Building Structurally Sound Communication

When was the last time you played Jenga? Maybe you set it up with your kids on a rainy Sunday afternoon, or maybe you idly played it with friends at a brewery.

Either way, after you built up this precarious tower of wooden blocks, you had one goal: to keep it from falling down. As you pull away each block, the tower wobbles and sways, until eventually, one faulty brick brings the whole thing crashing down. With the tower’s structural integrity gone, the blocks spill all over the floor. Game over.

Our communication works the same way. Be it a marketing campaign, an internal memo, or even a personal text message, we need the messages that shape our life and business to be structurally sound in order to be effective.

What does that mean? Let’s go to the base equation of how we connect with one another. Communication works only when you use language that meets the following basic criteria:

  • The sender understands it.
  • The receiver understands it.

If both ends of the equation understand the language that makes up your message, then you’re cooking. If they don’t, then you’ve failed right at the get-go. It doesn’t matter how good of a commercial you’ve crafted, if it’s in Italian or if its dialogue is ripped straight from a medical dictionary, I can’t understand it. If it’s full of industry buzzwords or acronyms that fly over my head, you’ve lost me. When a message doesn’t pass this test, it’s not structurally sound—it collapses.

The challenge is that, for most of us, communication doesn’t have to be scientific jargon or in a foreign language to be unreadable. According to the US Department of Education, 21 percent of American adults are either barely literate or functionally illiterate, and we get beat in literacy stats by dozens of other nations when you look at cross-border comparisons.

And that’s just the raw literacy statistics. How many times have you received an email from a colleague with some jargon that you don’t understand, and quickly hit Google to decipher things? How many times have you questionably nodded along in a meeting when an alphabet soup of initialisms gets thrown around?

Using big, complicated language that doesn’t connect with your audience doesn’t make you sound smart – it instead weakens the structural integrity of your message.

When we’re crafting our messaging, we must face the reality that the costs add up steeply with every ten-dollar word we use. You can push the boundaries, and people will pick up a few words here and there from context clues, but if you step too far, you’ll fall off the reading comprehension cliff.

Simply Put

When Boomerang, an email application, analyzed millions of conversations, it found that emails written at a college reading level had, by far, the worst response rate. The ones that had the best response rate? Written at a third-grade level.

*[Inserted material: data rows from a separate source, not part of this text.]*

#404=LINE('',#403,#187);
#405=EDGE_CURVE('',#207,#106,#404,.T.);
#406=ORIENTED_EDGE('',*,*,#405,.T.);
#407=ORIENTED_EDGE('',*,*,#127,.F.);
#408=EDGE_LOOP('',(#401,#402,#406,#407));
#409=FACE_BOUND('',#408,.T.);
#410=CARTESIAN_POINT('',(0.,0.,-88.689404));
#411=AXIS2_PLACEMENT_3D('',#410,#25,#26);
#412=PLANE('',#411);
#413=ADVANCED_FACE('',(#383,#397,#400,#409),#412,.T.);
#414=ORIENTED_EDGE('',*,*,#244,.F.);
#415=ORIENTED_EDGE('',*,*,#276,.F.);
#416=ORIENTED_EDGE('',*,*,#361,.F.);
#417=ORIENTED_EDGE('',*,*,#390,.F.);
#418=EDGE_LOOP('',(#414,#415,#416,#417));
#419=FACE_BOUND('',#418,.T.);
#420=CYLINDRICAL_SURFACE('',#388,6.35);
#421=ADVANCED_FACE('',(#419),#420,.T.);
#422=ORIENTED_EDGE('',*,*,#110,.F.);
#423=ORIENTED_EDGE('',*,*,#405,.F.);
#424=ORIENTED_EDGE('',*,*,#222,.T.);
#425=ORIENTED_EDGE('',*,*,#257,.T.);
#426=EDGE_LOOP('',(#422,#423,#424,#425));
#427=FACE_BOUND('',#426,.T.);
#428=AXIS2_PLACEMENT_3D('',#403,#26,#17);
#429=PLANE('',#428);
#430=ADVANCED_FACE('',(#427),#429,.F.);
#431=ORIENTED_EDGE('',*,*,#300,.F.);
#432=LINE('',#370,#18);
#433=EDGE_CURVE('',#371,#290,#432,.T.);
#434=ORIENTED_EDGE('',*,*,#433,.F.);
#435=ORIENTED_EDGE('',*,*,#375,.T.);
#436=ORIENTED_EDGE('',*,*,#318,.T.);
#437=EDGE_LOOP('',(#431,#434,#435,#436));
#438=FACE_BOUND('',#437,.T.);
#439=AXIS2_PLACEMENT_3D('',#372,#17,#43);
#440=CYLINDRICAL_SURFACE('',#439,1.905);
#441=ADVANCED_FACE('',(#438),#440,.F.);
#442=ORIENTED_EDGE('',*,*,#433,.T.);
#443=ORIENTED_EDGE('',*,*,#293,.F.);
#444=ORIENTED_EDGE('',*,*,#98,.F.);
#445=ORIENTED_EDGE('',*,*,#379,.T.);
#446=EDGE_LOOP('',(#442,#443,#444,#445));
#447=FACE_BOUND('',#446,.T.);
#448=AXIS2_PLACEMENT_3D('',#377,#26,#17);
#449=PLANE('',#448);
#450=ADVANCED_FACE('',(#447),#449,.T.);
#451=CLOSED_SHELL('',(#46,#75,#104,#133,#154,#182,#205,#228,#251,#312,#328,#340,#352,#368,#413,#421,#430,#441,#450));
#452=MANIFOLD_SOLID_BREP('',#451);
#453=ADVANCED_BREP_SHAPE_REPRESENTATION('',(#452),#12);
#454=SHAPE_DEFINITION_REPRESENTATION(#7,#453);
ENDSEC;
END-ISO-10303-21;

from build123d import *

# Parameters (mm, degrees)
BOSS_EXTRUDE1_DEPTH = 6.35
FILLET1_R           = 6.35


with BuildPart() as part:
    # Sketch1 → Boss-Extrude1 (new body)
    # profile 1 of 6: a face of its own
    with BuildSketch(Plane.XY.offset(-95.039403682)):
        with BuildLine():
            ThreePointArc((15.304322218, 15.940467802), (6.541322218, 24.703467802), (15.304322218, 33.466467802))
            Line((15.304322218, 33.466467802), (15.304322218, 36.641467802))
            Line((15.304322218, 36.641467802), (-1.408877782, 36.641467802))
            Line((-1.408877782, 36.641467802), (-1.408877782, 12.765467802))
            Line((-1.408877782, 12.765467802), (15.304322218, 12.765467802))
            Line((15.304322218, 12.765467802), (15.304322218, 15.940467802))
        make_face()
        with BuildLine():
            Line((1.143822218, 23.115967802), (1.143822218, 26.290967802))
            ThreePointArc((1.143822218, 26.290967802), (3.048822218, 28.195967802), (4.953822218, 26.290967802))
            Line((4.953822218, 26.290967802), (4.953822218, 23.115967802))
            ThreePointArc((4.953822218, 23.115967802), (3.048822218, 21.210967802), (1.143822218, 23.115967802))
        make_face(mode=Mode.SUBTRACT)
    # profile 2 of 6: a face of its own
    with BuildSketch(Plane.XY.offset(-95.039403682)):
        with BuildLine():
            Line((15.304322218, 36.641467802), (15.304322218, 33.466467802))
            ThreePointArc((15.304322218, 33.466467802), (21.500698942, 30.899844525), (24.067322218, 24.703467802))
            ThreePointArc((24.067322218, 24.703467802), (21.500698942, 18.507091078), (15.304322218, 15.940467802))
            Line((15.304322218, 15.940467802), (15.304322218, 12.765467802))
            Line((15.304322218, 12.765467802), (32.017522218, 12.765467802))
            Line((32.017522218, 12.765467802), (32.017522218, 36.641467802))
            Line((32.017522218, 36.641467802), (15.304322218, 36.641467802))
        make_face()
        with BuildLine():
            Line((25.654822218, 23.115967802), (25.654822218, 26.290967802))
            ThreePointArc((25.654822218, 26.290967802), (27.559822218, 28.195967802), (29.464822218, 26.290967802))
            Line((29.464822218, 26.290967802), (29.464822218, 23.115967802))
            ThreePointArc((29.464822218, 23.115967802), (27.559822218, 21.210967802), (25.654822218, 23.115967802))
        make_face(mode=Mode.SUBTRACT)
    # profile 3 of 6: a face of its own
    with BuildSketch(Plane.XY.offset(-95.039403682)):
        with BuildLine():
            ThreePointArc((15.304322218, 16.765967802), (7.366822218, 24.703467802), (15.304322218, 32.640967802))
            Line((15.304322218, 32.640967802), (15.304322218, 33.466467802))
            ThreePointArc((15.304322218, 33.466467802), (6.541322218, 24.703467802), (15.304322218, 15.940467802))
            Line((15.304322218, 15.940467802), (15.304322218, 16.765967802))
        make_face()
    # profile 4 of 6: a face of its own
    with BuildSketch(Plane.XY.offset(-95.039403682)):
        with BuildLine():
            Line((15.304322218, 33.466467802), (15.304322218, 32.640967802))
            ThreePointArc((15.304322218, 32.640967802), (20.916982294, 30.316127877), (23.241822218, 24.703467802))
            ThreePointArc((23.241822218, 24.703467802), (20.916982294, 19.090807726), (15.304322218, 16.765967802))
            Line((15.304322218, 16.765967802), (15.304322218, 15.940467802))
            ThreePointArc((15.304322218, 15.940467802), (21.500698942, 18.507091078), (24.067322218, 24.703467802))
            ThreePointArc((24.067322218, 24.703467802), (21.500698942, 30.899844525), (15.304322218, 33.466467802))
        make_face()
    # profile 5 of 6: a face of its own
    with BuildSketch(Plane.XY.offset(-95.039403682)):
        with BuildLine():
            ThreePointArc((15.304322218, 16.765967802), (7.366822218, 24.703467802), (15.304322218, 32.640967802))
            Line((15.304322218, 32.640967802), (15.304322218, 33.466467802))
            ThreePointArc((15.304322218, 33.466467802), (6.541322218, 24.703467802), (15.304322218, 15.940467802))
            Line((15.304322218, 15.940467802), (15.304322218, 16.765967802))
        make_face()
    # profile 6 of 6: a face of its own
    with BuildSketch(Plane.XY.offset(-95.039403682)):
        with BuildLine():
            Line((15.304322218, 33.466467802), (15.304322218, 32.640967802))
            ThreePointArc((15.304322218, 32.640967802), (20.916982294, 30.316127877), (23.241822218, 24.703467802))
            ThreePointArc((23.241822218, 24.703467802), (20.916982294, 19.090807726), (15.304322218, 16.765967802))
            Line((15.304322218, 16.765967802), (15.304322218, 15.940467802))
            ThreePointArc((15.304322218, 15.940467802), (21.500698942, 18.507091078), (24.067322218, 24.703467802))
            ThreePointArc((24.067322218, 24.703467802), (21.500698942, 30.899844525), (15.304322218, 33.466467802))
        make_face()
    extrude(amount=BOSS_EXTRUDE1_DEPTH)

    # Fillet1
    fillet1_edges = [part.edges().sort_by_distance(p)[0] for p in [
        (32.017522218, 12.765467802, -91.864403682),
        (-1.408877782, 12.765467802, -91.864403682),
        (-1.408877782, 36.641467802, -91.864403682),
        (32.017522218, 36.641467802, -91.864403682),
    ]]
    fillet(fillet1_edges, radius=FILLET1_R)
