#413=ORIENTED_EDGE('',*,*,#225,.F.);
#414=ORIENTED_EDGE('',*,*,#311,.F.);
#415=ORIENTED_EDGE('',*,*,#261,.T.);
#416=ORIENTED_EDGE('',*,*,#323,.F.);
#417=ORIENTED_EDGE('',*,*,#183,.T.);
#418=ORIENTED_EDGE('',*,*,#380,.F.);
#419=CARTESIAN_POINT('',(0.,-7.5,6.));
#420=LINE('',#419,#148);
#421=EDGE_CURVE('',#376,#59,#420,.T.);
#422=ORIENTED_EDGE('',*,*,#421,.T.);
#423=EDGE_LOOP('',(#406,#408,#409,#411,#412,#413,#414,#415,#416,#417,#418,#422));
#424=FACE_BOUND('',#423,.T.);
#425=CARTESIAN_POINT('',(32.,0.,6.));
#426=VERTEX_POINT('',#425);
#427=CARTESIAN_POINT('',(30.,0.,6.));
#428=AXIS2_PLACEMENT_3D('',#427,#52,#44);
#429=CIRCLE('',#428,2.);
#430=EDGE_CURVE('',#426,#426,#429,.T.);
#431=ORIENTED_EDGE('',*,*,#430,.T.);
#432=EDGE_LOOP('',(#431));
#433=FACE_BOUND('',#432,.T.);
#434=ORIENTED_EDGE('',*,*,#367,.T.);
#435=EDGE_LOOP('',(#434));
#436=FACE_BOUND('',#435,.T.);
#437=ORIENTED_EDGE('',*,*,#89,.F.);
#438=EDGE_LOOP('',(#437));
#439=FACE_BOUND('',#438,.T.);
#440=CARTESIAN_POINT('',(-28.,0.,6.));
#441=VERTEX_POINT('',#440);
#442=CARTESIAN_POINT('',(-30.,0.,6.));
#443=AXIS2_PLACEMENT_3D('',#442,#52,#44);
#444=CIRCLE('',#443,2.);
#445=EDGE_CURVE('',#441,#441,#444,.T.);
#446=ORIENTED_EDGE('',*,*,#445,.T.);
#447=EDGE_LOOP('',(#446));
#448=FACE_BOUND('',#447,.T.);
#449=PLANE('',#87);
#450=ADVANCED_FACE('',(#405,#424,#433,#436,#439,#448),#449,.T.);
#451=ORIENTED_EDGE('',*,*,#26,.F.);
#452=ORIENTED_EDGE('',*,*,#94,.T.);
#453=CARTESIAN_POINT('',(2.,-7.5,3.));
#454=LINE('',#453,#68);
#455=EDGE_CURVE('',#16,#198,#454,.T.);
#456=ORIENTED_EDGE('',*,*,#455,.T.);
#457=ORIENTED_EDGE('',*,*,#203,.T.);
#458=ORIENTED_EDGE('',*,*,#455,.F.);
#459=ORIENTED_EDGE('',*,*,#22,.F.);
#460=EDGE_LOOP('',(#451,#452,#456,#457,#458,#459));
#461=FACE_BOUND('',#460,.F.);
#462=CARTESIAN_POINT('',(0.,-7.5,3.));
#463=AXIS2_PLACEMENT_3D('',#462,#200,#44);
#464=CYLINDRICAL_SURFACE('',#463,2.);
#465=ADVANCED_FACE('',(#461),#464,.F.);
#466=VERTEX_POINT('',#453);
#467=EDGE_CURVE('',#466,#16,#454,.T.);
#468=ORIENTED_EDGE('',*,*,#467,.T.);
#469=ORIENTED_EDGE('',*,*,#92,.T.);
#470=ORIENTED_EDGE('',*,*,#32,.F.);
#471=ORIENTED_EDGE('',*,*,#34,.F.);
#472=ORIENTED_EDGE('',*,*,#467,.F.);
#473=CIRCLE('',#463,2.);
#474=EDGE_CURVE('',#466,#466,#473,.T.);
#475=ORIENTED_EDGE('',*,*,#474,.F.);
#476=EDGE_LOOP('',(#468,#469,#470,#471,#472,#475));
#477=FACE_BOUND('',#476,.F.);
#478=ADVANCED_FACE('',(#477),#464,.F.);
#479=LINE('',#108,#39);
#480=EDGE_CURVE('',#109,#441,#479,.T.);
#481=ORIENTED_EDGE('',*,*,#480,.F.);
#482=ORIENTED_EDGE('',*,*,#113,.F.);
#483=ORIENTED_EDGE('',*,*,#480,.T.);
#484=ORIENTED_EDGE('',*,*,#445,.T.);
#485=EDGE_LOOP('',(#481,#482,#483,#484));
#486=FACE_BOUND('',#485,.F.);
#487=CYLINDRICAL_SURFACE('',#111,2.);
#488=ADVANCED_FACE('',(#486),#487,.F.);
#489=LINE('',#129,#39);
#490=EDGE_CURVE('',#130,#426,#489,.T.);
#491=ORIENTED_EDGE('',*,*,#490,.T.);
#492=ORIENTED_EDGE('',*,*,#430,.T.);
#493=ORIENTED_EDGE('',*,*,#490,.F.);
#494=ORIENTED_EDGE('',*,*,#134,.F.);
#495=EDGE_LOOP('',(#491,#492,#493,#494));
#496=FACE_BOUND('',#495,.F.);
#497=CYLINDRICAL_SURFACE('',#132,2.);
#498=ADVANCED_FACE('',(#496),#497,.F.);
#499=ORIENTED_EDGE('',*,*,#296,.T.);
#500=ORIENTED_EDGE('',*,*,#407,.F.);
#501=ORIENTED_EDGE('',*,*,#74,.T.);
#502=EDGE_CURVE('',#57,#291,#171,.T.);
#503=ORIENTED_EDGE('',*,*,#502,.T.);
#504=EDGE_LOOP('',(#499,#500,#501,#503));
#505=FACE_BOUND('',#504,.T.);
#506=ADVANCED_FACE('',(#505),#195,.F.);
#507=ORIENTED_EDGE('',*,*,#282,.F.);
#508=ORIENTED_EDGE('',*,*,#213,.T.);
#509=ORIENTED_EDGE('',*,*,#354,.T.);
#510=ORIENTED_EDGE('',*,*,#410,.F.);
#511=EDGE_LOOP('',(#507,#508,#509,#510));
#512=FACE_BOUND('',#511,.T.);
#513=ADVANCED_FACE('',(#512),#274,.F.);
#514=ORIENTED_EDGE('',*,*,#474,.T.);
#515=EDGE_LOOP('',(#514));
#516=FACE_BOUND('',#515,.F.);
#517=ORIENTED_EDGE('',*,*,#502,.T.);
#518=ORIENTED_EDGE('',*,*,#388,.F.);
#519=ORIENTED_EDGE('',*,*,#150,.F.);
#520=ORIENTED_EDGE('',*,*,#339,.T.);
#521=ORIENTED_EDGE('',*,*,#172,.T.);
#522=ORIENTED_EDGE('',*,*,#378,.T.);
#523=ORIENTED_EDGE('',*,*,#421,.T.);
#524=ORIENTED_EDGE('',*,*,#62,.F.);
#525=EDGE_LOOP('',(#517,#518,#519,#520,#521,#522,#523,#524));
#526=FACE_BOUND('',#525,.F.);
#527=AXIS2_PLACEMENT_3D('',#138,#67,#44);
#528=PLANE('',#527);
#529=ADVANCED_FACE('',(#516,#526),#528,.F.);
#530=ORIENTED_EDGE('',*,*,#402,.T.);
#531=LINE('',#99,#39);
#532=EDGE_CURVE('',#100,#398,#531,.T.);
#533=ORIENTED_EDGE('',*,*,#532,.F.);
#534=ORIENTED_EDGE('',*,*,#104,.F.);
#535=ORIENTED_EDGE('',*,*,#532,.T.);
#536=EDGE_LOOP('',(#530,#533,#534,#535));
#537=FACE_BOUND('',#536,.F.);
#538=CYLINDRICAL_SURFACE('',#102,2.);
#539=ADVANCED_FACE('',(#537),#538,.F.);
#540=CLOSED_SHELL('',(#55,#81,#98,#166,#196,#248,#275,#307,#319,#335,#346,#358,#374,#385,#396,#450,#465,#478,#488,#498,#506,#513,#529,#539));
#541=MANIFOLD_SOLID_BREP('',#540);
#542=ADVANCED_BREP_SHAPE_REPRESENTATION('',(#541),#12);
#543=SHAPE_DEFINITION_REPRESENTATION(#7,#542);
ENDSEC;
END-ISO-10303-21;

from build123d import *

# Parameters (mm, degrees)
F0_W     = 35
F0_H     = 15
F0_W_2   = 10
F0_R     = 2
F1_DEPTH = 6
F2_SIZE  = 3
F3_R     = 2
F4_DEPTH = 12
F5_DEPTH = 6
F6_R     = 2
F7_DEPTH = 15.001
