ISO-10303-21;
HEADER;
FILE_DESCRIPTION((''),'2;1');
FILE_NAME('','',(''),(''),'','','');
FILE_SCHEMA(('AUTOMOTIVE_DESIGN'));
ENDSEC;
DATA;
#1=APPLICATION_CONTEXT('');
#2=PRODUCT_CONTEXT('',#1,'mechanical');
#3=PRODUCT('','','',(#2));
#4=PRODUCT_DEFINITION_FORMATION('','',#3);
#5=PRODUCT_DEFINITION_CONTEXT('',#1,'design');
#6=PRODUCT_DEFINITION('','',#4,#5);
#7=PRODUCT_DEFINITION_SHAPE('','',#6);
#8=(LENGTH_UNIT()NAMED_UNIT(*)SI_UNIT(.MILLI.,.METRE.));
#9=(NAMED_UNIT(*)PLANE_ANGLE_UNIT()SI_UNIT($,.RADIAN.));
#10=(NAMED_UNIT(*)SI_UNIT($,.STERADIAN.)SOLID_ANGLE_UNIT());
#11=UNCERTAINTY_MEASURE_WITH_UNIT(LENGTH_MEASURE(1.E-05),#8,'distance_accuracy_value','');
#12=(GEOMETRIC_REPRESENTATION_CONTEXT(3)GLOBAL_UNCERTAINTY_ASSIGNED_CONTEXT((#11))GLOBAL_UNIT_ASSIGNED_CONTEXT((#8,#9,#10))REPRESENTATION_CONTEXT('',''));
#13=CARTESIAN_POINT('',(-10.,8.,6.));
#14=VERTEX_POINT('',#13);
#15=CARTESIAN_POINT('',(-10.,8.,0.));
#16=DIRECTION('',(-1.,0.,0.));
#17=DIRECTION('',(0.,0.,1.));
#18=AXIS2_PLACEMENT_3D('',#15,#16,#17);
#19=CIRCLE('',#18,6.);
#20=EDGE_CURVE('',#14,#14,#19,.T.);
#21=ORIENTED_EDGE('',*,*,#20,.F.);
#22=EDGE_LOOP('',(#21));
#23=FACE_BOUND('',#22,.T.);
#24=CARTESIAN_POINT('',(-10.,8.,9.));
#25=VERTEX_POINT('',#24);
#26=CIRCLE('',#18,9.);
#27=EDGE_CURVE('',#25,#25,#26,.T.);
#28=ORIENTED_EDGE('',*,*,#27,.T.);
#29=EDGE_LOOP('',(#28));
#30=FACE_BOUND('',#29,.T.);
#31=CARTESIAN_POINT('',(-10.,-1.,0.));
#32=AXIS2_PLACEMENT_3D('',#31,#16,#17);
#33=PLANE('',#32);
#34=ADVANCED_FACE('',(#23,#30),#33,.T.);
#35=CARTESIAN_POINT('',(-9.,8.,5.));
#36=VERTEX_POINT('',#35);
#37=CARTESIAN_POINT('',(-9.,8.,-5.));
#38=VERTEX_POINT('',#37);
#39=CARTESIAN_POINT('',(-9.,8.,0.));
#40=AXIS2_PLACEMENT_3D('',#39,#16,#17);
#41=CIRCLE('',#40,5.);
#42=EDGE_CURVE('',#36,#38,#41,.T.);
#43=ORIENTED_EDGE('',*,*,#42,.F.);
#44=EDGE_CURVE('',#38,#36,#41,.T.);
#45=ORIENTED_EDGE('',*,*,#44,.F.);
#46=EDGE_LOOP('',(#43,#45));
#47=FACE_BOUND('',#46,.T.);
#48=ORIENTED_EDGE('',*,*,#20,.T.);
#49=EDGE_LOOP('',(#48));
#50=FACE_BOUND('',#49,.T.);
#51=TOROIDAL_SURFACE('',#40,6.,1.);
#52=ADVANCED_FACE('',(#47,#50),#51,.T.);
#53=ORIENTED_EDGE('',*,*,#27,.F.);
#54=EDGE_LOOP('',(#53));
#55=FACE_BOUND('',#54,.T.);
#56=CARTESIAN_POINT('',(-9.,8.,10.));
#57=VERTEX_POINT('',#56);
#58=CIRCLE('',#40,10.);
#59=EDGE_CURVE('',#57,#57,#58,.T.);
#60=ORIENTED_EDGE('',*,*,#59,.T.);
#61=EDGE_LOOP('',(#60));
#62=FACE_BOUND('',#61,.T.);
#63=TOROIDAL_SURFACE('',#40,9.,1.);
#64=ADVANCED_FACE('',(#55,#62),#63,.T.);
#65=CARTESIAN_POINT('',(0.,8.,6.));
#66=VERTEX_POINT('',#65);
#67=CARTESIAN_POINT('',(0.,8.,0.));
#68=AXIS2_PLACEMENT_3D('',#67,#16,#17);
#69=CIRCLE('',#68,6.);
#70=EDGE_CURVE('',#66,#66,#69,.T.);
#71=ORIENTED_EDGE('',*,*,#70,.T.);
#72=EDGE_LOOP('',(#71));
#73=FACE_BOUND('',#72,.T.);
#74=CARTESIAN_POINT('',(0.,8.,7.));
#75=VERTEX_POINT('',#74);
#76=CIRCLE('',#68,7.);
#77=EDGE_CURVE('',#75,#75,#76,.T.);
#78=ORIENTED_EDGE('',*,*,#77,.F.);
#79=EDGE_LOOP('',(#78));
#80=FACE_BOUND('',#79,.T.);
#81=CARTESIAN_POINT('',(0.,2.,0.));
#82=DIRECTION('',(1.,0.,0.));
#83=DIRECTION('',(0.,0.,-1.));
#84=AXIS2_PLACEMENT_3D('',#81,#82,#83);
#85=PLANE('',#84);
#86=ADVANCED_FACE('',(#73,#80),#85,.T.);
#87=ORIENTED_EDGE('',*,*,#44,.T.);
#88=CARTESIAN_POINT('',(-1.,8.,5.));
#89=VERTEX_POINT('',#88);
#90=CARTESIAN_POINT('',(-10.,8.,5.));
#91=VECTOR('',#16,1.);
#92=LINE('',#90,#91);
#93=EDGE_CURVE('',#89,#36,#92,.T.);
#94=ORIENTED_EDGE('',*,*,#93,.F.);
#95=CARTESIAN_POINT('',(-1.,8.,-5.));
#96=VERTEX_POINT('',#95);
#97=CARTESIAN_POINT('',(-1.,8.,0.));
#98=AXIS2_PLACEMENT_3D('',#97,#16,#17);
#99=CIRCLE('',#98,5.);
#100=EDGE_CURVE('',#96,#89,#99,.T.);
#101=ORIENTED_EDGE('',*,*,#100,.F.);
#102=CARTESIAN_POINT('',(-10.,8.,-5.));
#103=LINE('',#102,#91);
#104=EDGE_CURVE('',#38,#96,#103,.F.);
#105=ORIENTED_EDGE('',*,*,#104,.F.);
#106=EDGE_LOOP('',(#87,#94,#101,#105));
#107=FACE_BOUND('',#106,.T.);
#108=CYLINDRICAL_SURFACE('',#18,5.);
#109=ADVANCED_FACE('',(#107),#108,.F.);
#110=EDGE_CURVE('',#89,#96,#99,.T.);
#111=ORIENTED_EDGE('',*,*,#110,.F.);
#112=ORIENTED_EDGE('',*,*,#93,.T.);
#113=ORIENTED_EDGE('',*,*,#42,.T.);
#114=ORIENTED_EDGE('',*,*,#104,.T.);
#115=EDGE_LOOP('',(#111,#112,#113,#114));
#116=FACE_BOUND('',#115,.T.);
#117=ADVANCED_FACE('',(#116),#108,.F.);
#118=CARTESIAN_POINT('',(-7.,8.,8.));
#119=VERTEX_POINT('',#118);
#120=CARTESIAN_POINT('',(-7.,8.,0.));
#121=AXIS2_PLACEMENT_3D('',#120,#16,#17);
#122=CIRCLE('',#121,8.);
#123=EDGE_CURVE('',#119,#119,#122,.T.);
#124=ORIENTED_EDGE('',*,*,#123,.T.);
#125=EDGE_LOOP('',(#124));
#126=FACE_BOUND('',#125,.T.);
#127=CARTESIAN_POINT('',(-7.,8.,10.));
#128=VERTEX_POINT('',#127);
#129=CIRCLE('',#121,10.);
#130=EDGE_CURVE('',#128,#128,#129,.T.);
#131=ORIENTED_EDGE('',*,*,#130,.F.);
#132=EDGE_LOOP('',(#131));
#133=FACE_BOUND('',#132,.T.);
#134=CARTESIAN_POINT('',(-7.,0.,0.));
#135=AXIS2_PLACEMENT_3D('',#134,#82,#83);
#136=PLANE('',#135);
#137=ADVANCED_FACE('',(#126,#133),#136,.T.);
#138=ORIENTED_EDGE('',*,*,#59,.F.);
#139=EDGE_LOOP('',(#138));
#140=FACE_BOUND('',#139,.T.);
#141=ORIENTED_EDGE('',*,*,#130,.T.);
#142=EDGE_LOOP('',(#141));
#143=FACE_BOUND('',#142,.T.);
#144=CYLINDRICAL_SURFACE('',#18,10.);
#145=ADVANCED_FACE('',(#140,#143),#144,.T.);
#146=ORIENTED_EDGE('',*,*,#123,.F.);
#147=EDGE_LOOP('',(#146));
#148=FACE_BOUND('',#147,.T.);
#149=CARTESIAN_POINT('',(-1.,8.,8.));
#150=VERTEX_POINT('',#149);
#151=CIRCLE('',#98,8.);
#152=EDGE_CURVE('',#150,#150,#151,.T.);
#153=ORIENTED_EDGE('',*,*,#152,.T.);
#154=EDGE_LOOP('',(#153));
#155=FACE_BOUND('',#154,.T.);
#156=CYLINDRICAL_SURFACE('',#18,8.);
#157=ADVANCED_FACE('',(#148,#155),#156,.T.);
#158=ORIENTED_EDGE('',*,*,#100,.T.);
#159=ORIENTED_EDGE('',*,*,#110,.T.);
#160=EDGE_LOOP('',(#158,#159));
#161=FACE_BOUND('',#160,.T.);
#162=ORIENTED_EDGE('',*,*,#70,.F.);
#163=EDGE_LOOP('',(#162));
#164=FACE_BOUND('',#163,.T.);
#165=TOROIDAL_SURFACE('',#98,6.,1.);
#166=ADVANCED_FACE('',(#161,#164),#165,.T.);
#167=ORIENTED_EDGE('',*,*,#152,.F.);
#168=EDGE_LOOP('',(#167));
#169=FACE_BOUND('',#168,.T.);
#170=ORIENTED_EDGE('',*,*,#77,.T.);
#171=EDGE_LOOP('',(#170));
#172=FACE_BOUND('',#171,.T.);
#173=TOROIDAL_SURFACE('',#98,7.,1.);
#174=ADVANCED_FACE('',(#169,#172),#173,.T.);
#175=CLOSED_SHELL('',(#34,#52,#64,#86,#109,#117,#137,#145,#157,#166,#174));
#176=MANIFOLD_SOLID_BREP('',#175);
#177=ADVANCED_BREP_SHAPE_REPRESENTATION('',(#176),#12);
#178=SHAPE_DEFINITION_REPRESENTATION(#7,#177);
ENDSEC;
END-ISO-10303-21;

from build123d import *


with BuildPart() as part:
    # Sketch1 → Revolve1 (revolve)
    with BuildSketch(Plane.XY):
        with BuildLine():
            Line((-1, 0), (-7, 0))
            Line((-7, 0), (-7, -2))
            Line((-7, -2), (-9, -2))
            ThreePointArc((-9, -2), (-9.707106781, -1.707106781), (-10, -1))
            Line((-10, -1), (-10, 2))
            ThreePointArc((-10, 2), (-9.707106781, 2.707106781), (-9, 3))
            Line((-9, 3), (-1, 3))
            ThreePointArc((-1, 3), (-0.292893219, 2.707106781), (0, 2))
            Line((0, 2), (0, 1))
            ThreePointArc((0, 1), (-0.292893219, 0.292893219), (-1, 0))
        make_face()
    revolve(axis=Axis((-10, 8, 0), (1, 0, 0)))


solid = part.part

Complex systems fail because they have multiple points of possible failure, and complex messages fall apart the same way. Nobel laureate Daniel Kahneman and his longtime collaborator Amos Tversky explain: “A complex system, such as a nuclear reactor or the human body, will malfunction if any of its essential components fails. Even when the likelihood of failure in each component is slight, the probability of an overall failure can be high if many components are involved.”

Each additional component in a message is another source of possible failure, or at least a point of friction. Don’t make your receiver work for it—because they won’t.

How do this? Let’s go back to that game of Jenga.

Take your message – your website copy, your email, your brochure – and imagine it as a Jenga tower. Line by line, word by word, start pulling things out. Does it still make sense? Does it still inform or persuade?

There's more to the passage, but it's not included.